**Problem to work on**
Each line of the records that includes "centre" should be found and copied.

=== Section Start ===

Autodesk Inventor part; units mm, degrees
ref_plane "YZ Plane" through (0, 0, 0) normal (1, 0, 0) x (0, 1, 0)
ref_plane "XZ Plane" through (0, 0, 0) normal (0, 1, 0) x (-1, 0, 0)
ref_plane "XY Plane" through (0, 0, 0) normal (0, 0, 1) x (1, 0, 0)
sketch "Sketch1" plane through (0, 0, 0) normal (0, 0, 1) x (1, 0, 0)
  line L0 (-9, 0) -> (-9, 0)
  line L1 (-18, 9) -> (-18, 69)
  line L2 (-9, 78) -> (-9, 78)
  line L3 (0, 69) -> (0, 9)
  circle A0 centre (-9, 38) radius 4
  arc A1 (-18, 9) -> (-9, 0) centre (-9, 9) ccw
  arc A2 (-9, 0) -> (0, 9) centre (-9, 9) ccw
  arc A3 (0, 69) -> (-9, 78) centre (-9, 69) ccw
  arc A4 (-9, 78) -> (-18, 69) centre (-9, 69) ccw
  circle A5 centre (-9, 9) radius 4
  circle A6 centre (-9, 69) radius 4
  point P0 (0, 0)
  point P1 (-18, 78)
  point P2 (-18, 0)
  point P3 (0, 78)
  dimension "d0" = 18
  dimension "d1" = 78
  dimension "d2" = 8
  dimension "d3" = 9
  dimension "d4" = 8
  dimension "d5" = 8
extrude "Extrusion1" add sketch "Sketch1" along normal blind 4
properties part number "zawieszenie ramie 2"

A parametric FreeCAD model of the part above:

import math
import FreeCAD as App
import Part
import Sketcher

doc = App.newDocument("Part")
body = doc.addObject("PartDesign::Body", "Body")

sketch1 = body.newObject("Sketcher::SketchObject", "Sketch")
sketch1.AttachmentSupport = (doc.getObject("XY_Plane"), [""])
sketch1.MapMode = "FlatFace"
sketch1.addGeometry(Part.LineSegment(App.Vector(-18, 69, 0), App.Vector(-18, 9, 0)), False)
sketch1.addGeometry(Part.ArcOfCircle(Part.Circle(App.Vector(-9, 9, 0), App.Vector(0, 0, 1), 9), math.radians(180), math.radians(360)), False)
sketch1.addGeometry(Part.LineSegment(App.Vector(0, 9, 0), App.Vector(0, 69, 0)), False)
sketch1.addGeometry(Part.ArcOfCircle(Part.Circle(App.Vector(-9, 69, 0), App.Vector(0, 0, 1), 9), math.radians(0), math.radians(180)), False)
sketch1.addGeometry(Part.Circle(App.Vector(-9, 9, 0), App.Vector(0, 0, 1), 4), False)
sketch1.addGeometry(Part.Circle(App.Vector(-9, 38, 0), App.Vector(0, 0, 1), 4), False)
sketch1.addGeometry(Part.Circle(App.Vector(-9, 69, 0), App.Vector(0, 0, 1), 4), False)
sketch1.addConstraint(Sketcher.Constraint("Tangent", 0, 2, 1, 1))
sketch1.addConstraint(Sketcher.Constraint("Tangent", 1, 2, 2, 1))
sketch1.addConstraint(Sketcher.Constraint("Tangent", 2, 2, 3, 1))
sketch1.addConstraint(Sketcher.Constraint("Tangent", 3, 2, 0, 1))
sketch1.addConstraint(Sketcher.Constraint("Vertical", 0))
sketch1.addConstraint(Sketcher.Constraint("Vertical", 2))
sketch1.addConstraint(Sketcher.Constraint("Coincident", 4, 3, 1, 3))
sketch1.addConstraint(Sketcher.Constraint("Coincident", 6, 3, 3, 3))
sketch1.addConstraint(Sketcher.Constraint("Equal", 4, 5))
sketch1.addConstraint(Sketcher.Constraint("Equal", 5, 6))
sketch1.addConstraint(Sketcher.Constraint("PointOnObject", 1, 2, -2))
sketch1.addConstraint(Sketcher.Constraint("Vertical", 4, 3, 5, 3))
sketch1.addConstraint(Sketcher.Constraint("Diameter", 4, 8.0))
sketch1.addConstraint(Sketcher.Constraint("Radius", 1, 9.0))
sketch1.addConstraint(Sketcher.Constraint("DistanceY", -1, 1, 1, 3, 9.0))
sketch1.addConstraint(Sketcher.Constraint("DistanceY", 0, 2, 0, 1, 60.0))
sketch1.addConstraint(Sketcher.Constraint("DistanceY", -1, 1, 5, 3, 38.0))
pad1 = body.newObject("PartDesign::Pad", "Pad")
pad1.Profile = sketch1
pad1.Length = 4

doc.recompute()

=== Section End ===

**Solution to the exercise**
  circle A0 centre (-9, 38) radius 4
  arc A1 (-18, 9) -> (-9, 0) centre (-9, 9) ccw
  arc A2 (-9, 0) -> (0, 9) centre (-9, 9) ccw
  arc A3 (0, 69) -> (-9, 78) centre (-9, 69) ccw
  arc A4 (-9, 78) -> (-18, 69) centre (-9, 69) ccw
  circle A5 centre (-9, 9) radius 4
  circle A6 centre (-9, 69) radius 4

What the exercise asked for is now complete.